Stored data>
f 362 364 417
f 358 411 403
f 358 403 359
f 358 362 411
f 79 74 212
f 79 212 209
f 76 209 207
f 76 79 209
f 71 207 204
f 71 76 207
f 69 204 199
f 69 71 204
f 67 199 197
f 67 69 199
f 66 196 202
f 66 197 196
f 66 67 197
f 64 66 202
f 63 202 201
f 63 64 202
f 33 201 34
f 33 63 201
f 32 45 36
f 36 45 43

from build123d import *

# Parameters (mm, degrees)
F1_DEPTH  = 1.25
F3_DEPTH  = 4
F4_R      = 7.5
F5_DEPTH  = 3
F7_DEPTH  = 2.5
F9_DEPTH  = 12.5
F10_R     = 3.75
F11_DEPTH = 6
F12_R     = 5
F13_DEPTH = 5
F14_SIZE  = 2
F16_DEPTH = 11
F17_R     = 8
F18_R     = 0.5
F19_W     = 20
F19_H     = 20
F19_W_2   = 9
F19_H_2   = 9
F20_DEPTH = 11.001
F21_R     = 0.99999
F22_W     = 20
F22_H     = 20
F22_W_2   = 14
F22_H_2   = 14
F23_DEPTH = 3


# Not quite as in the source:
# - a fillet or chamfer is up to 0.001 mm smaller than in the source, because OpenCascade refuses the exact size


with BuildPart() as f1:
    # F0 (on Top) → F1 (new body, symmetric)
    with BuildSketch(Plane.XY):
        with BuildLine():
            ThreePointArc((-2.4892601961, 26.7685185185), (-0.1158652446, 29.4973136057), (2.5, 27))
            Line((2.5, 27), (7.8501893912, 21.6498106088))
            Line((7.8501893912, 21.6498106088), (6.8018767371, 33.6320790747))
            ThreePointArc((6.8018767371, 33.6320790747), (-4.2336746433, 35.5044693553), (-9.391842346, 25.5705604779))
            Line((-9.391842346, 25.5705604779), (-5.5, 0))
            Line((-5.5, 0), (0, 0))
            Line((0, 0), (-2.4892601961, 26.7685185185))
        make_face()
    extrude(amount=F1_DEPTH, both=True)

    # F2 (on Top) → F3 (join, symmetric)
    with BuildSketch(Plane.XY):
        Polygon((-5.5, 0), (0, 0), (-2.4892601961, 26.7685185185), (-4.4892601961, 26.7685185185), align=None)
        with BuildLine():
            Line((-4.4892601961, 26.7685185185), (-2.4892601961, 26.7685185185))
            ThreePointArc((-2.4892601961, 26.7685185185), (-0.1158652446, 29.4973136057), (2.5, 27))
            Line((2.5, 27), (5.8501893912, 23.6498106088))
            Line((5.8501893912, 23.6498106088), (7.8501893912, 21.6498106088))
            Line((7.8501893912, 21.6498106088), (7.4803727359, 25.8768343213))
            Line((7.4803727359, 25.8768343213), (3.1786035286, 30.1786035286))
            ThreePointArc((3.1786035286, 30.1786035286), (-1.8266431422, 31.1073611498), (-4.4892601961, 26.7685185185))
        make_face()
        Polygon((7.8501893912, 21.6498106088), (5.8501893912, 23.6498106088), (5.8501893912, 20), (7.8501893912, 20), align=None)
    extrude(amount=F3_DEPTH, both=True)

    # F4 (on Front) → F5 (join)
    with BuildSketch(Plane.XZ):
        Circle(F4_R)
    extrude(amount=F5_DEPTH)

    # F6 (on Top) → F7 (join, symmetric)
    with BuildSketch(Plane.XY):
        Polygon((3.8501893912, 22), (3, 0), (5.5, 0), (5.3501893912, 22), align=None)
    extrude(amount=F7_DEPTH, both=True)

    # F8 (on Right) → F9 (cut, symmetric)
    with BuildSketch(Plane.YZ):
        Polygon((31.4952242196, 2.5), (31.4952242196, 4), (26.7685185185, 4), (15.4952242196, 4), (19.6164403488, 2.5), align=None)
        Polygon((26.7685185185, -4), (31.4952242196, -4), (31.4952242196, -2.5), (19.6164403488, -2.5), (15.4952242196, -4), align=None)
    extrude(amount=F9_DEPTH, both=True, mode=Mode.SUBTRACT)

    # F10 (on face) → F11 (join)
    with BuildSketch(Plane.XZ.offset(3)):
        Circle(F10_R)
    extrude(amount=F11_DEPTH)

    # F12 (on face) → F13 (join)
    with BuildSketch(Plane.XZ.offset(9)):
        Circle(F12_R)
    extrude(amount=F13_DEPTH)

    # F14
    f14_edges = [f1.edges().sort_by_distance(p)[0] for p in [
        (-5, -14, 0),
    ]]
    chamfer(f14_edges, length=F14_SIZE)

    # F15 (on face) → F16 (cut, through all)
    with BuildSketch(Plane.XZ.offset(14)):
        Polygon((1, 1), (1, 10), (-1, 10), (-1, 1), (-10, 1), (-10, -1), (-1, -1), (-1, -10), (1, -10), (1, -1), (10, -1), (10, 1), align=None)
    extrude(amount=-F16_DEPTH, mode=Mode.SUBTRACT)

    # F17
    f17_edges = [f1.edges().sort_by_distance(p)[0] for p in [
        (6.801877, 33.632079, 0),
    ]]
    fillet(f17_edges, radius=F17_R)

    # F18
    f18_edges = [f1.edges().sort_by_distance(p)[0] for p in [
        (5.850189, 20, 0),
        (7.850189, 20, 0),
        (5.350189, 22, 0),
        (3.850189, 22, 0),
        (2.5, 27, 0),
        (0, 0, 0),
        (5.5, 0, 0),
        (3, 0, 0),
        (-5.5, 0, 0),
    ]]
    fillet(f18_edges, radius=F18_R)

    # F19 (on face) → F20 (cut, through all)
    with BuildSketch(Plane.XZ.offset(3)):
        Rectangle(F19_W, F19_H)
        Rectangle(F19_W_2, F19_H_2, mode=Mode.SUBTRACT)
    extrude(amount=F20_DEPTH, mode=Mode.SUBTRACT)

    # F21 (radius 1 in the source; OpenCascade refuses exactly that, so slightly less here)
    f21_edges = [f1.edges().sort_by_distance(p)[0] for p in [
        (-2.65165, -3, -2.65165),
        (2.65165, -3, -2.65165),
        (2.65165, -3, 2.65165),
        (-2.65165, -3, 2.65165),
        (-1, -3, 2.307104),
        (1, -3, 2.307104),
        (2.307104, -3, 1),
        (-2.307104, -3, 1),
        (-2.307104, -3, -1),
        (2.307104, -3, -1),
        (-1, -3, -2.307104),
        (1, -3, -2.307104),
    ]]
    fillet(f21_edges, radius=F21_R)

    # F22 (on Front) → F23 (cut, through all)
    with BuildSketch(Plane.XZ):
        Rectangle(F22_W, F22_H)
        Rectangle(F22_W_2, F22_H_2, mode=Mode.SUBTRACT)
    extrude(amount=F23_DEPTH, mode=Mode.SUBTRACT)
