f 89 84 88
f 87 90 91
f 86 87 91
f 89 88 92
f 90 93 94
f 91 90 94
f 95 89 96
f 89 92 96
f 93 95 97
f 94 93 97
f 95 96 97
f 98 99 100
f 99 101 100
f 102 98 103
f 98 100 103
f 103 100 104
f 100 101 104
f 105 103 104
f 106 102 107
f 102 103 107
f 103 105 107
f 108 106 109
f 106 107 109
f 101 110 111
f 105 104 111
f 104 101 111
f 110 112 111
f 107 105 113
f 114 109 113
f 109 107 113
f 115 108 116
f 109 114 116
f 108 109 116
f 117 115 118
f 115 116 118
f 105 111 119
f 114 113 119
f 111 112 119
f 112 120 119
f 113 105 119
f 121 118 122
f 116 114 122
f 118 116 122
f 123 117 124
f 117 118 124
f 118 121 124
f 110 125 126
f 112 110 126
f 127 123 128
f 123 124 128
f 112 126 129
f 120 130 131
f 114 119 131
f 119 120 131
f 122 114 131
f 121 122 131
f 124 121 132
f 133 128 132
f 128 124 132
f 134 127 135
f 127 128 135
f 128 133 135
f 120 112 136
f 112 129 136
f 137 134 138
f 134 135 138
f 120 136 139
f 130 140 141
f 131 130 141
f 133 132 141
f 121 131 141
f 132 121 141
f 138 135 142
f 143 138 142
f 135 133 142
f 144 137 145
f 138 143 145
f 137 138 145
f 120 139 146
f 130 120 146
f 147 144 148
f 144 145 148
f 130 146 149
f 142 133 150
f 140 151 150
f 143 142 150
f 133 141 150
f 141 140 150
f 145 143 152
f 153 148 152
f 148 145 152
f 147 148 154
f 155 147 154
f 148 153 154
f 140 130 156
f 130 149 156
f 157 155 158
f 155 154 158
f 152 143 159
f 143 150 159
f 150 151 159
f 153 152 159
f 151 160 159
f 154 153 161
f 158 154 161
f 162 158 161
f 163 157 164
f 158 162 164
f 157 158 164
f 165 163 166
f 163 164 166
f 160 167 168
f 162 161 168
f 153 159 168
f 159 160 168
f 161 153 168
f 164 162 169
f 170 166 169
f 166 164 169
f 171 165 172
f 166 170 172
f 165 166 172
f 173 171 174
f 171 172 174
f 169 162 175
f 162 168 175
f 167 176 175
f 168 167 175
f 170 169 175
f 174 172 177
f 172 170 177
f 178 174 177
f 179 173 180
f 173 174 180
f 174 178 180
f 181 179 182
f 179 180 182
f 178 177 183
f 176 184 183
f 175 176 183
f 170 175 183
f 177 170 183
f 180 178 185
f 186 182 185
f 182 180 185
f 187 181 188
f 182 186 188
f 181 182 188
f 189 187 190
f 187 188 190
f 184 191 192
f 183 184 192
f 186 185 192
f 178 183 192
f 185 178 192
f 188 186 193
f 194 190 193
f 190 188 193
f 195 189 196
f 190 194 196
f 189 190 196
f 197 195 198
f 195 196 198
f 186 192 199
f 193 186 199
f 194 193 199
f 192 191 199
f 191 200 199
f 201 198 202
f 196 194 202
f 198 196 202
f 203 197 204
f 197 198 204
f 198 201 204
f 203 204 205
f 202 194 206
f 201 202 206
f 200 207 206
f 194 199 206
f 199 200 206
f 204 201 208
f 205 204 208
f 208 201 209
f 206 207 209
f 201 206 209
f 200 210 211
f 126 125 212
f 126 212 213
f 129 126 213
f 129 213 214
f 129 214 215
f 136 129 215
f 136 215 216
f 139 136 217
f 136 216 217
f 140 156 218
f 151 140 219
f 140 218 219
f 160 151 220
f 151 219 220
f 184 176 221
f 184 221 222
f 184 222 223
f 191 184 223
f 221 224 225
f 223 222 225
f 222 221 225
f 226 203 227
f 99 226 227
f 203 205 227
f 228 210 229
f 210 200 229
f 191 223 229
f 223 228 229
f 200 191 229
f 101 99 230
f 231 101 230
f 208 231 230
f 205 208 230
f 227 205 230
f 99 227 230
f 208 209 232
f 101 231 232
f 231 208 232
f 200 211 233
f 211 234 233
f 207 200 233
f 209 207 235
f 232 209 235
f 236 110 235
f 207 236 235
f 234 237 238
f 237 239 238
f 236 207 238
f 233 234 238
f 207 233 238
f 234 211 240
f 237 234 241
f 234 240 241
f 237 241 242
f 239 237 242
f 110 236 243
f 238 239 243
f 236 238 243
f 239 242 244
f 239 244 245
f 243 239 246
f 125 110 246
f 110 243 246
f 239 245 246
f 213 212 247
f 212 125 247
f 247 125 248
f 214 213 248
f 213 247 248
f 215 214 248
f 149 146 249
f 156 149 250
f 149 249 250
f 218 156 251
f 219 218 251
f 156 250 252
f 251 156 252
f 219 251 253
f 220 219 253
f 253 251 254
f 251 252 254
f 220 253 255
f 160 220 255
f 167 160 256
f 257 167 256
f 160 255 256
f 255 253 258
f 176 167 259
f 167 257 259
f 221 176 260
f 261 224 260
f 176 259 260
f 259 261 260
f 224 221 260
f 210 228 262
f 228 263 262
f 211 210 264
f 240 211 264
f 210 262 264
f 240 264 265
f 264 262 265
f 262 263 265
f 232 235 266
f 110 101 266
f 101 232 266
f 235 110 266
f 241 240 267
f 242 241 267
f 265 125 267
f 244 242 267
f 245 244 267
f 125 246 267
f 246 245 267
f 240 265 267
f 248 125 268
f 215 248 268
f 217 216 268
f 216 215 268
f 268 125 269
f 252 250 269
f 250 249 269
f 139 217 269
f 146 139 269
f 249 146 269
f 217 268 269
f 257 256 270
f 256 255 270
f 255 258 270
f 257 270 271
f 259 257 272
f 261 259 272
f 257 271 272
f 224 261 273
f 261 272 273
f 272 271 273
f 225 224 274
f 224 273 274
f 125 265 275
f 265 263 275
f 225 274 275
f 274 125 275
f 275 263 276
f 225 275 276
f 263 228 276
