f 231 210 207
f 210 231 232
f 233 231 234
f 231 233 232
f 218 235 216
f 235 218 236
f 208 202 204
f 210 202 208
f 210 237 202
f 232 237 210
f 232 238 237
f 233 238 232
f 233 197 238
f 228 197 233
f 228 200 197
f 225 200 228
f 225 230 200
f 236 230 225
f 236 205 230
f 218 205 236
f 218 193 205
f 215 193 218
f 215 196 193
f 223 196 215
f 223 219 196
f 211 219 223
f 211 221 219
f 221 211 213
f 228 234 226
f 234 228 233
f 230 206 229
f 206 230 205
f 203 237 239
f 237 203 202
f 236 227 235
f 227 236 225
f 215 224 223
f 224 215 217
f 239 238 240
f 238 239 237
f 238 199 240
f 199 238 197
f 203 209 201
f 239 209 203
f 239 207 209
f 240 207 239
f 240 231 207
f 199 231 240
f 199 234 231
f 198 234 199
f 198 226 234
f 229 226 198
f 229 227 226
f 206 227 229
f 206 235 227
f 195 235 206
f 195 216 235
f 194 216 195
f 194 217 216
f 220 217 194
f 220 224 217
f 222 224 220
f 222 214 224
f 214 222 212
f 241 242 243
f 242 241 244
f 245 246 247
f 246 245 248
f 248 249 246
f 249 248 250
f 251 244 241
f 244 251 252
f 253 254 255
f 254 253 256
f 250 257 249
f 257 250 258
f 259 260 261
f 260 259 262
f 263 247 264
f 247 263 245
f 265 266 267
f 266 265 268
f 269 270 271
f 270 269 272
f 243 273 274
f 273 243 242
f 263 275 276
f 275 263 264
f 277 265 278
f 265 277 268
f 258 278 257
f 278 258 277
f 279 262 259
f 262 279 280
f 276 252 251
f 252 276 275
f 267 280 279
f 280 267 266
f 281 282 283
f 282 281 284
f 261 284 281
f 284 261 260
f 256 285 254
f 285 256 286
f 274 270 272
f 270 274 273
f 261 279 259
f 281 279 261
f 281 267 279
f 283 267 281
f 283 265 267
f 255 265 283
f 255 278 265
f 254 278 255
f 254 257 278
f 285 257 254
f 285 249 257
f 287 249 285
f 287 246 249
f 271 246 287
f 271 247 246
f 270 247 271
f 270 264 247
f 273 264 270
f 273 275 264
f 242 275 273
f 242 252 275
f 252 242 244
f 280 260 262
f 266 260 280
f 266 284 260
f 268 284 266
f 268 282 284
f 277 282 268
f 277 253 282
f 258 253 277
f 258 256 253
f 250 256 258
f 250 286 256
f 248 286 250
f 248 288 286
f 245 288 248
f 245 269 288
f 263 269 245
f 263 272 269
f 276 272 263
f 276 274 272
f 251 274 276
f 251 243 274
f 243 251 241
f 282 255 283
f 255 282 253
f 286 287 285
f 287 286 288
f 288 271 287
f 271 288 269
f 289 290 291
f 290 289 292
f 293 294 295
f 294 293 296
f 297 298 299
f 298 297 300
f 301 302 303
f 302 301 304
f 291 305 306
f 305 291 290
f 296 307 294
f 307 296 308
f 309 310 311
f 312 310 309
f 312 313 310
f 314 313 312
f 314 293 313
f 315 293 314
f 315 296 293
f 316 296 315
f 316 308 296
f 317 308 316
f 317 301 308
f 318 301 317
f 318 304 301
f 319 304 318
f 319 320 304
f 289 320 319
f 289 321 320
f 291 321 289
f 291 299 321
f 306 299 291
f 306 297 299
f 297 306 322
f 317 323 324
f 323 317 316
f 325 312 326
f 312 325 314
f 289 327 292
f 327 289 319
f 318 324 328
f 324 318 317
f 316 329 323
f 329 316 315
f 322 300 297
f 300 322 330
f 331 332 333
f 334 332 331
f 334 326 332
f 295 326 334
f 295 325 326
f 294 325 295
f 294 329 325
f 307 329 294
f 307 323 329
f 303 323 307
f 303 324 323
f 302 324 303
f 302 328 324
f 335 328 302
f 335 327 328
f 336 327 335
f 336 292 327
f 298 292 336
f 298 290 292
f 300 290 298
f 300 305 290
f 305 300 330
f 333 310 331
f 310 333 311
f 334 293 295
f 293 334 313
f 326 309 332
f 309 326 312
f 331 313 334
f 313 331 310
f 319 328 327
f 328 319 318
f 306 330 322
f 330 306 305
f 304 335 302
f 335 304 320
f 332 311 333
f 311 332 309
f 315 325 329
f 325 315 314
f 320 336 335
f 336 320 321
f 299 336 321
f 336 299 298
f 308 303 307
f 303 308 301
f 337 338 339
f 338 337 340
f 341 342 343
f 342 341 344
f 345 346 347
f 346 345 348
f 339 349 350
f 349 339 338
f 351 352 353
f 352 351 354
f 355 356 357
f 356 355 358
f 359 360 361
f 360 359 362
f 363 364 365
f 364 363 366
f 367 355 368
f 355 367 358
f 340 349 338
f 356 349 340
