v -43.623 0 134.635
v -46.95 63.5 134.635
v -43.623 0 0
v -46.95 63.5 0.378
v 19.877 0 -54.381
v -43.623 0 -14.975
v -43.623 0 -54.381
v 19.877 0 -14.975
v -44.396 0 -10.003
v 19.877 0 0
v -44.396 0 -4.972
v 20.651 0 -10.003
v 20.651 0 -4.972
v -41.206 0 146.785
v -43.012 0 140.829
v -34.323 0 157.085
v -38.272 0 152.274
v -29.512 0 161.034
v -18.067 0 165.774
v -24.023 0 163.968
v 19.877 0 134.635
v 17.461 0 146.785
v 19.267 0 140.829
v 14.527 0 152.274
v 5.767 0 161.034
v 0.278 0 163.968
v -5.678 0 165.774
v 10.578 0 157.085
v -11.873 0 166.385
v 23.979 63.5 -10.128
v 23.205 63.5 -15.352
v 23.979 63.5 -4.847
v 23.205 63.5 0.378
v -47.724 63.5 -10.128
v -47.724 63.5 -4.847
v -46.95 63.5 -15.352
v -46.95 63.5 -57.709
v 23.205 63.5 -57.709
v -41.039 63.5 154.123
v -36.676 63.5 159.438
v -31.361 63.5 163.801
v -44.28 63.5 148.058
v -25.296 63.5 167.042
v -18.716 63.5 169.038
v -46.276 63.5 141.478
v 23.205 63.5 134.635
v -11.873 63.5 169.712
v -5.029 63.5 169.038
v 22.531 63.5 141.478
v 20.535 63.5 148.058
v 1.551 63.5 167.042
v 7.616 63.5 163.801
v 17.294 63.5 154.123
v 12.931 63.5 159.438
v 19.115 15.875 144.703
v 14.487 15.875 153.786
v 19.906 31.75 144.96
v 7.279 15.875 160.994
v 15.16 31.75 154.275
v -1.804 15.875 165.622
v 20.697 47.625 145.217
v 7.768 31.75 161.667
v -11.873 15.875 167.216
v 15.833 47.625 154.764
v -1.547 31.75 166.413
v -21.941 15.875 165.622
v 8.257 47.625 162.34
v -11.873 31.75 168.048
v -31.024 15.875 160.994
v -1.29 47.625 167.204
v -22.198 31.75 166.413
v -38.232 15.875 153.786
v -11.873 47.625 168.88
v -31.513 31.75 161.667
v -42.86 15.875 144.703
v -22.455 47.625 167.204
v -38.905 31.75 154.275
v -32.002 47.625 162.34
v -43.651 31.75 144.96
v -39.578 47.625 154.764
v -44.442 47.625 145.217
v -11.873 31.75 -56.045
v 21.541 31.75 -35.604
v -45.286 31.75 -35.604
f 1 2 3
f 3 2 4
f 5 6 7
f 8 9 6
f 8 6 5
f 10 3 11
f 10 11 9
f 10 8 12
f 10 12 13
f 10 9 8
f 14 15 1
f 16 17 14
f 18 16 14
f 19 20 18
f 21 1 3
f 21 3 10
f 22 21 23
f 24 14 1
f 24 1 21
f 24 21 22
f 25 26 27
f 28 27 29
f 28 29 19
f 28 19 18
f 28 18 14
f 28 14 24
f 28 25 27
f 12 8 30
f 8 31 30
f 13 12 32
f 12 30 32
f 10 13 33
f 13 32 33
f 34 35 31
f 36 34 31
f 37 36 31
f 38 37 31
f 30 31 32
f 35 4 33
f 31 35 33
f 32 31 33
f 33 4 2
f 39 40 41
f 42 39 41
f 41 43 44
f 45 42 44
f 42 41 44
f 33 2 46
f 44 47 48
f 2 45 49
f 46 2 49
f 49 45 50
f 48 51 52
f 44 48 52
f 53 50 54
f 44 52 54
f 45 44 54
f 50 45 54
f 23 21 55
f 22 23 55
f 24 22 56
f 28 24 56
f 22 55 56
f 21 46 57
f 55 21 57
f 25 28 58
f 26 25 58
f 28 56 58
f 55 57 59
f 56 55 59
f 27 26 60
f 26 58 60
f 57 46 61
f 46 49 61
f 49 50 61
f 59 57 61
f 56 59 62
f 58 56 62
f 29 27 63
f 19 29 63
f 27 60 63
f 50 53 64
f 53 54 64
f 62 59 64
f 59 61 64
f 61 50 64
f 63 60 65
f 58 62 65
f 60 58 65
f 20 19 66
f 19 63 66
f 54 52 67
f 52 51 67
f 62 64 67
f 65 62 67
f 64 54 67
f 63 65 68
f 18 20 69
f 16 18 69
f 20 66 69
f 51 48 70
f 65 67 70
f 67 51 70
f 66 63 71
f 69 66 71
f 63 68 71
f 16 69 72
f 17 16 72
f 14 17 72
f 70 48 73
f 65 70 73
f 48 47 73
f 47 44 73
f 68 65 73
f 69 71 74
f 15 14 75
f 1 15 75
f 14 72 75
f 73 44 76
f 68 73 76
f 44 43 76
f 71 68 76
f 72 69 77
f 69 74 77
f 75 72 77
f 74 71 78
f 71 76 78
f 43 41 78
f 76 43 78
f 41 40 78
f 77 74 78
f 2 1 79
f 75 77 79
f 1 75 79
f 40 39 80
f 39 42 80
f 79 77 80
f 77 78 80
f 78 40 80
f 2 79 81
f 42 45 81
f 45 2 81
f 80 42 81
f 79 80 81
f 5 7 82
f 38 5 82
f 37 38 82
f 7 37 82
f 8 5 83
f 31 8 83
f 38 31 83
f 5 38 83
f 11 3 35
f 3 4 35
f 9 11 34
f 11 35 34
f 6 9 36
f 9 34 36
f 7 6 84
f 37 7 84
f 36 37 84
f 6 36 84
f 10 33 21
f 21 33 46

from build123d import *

# Parameters (mm, degrees)
F1_DEPTH = 63.5
F1_TAPER = -3


with BuildPart() as f1:
    # F0 (on Front) → F1 (new body)
    with BuildSketch(Plane.XZ):
        with BuildLine():
            ThreePointArc((19.8774547922, 134.6345158583), (-11.8725452078, 166.3845158583), (-43.6225452078, 134.6345158583))
            Line((-43.6225452078, 134.6345158583), (-11.8725452078, 134.6345158583))
            Line((-11.8725452078, 134.6345158583), (19.8774547922, 134.6345158583))
        make_face()
        with BuildLine():
            Line((-11.8725452078, 134.6345158583), (-43.6225452078, 134.6345158583))
            Line((-43.6225452078, 134.6345158583), (-43.6225452078, 0))
            Line((-43.6225452078, 0), (-43.6225452078, -14.9748003857))
            ThreePointArc((-43.6225452078, -14.9748003857), (-32.119493943, -33.0644353721), (-11.8725452078, -40.1083085439))
            Line((-11.8725452078, -40.1083085439), (-11.8725452078, 134.6345158583))
        make_face()
        with BuildLine():
            Line((19.8774547922, 134.6345158583), (-11.8725452078, 134.6345158583))
            Line((-11.8725452078, 134.6345158583), (-11.8725452078, -40.1083085439))
            ThreePointArc((-11.8725452078, -40.1083085439), (8.3744035274, -33.0644353721), (19.8774547922, -14.9748003857))
            Line((19.8774547922, -14.9748003857), (19.8774547922, 0))
            Line((19.8774547922, 0), (19.8774547922, 134.6345158583))
        make_face()
        with BuildLine():
            Line((-43.6225452078, -14.9748003857), (-43.6225452078, 0))
            ThreePointArc((-43.6225452078, 0), (-44.4934535588, -7.4874001928), (-43.6225452078, -14.9748003857))
        make_face()
        with BuildLine():
            ThreePointArc((19.8774547922, -14.9748003857), (8.3744035274, -33.0644353721), (-11.8725452078, -40.1083085439))
            Line((-11.8725452078, -40.1083085439), (-11.8725452078, -54.3808022202))
            Line((-11.8725452078, -54.3808022202), (19.8774547922, -54.3808022202))
            Line((19.8774547922, -54.3808022202), (19.8774547922, -14.9748003857))
        make_face()
        with BuildLine():
            Line((-11.8725452078, -54.3808022202), (-11.8725452078, -40.1083085439))
            ThreePointArc((-11.8725452078, -40.1083085439), (-32.119493943, -33.0644353721), (-43.6225452078, -14.9748003857))
            Line((-43.6225452078, -14.9748003857), (-43.6225452078, -54.3808022202))
            Line((-43.6225452078, -54.3808022202), (-11.8725452078, -54.3808022202))
        make_face()
        with BuildLine():
            ThreePointArc((19.8774547922, -14.9748003857), (20.7483631433, -7.4874001928), (19.8774547922, 0))
            Line((19.8774547922, 0), (19.8774547922, -14.9748003857))
        make_face()
    extrude(amount=-F1_DEPTH, taper=F1_TAPER)


solid = f1.part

TASK OBJECTIVE>
Stopping at the line containing "21.6498106088), (6.8018767371, 33.6320790747))", please repeat exactly every line from the very start of the entries, that line included, and nothing more.

WRITTEN REPLY>
f 362 364 417
f 358 411 403
f 358 403 359
f 358 362 411
f 79 74 212
f 79 212 209
f 76 209 207
f 76 79 209
f 71 207 204
f 71 76 207
f 69 204 199
f 69 71 204
f 67 199 197
f 67 69 199
f 66 196 202
f 66 197 196
f 66 67 197
f 64 66 202
f 63 202 201
f 63 64 202
f 33 201 34
f 33 63 201
f 32 45 36
f 36 45 43

from build123d import *

# Parameters (mm, degrees)
F1_DEPTH  = 1.25
F3_DEPTH  = 4
F4_R      = 7.5
F5_DEPTH  = 3
F7_DEPTH  = 2.5
F9_DEPTH  = 12.5
F10_R     = 3.75
F11_DEPTH = 6
F12_R     = 5
F13_DEPTH = 5
F14_SIZE  = 2
F16_DEPTH = 11
F17_R     = 8
F18_R     = 0.5
F19_W     = 20
F19_H     = 20
F19_W_2   = 9
F19_H_2   = 9
F20_DEPTH = 11.001
F21_R     = 0.99999
F22_W     = 20
F22_H     = 20
F22_W_2   = 14
F22_H_2   = 14
F23_DEPTH = 3


# Not quite as in the source:
# - a fillet or chamfer is up to 0.001 mm smaller than in the source, because OpenCascade refuses the exact size


with BuildPart() as f1:
    # F0 (on Top) → F1 (new body, symmetric)
    with BuildSketch(Plane.XY):
        with BuildLine():
            ThreePointArc((-2.4892601961, 26.7685185185), (-0.1158652446, 29.4973136057), (2.5, 27))
            Line((2.5, 27), (7.8501893912, 21.6498106088))
            Line((7.8501893912, 21.6498106088), (6.8018767371, 33.6320790747))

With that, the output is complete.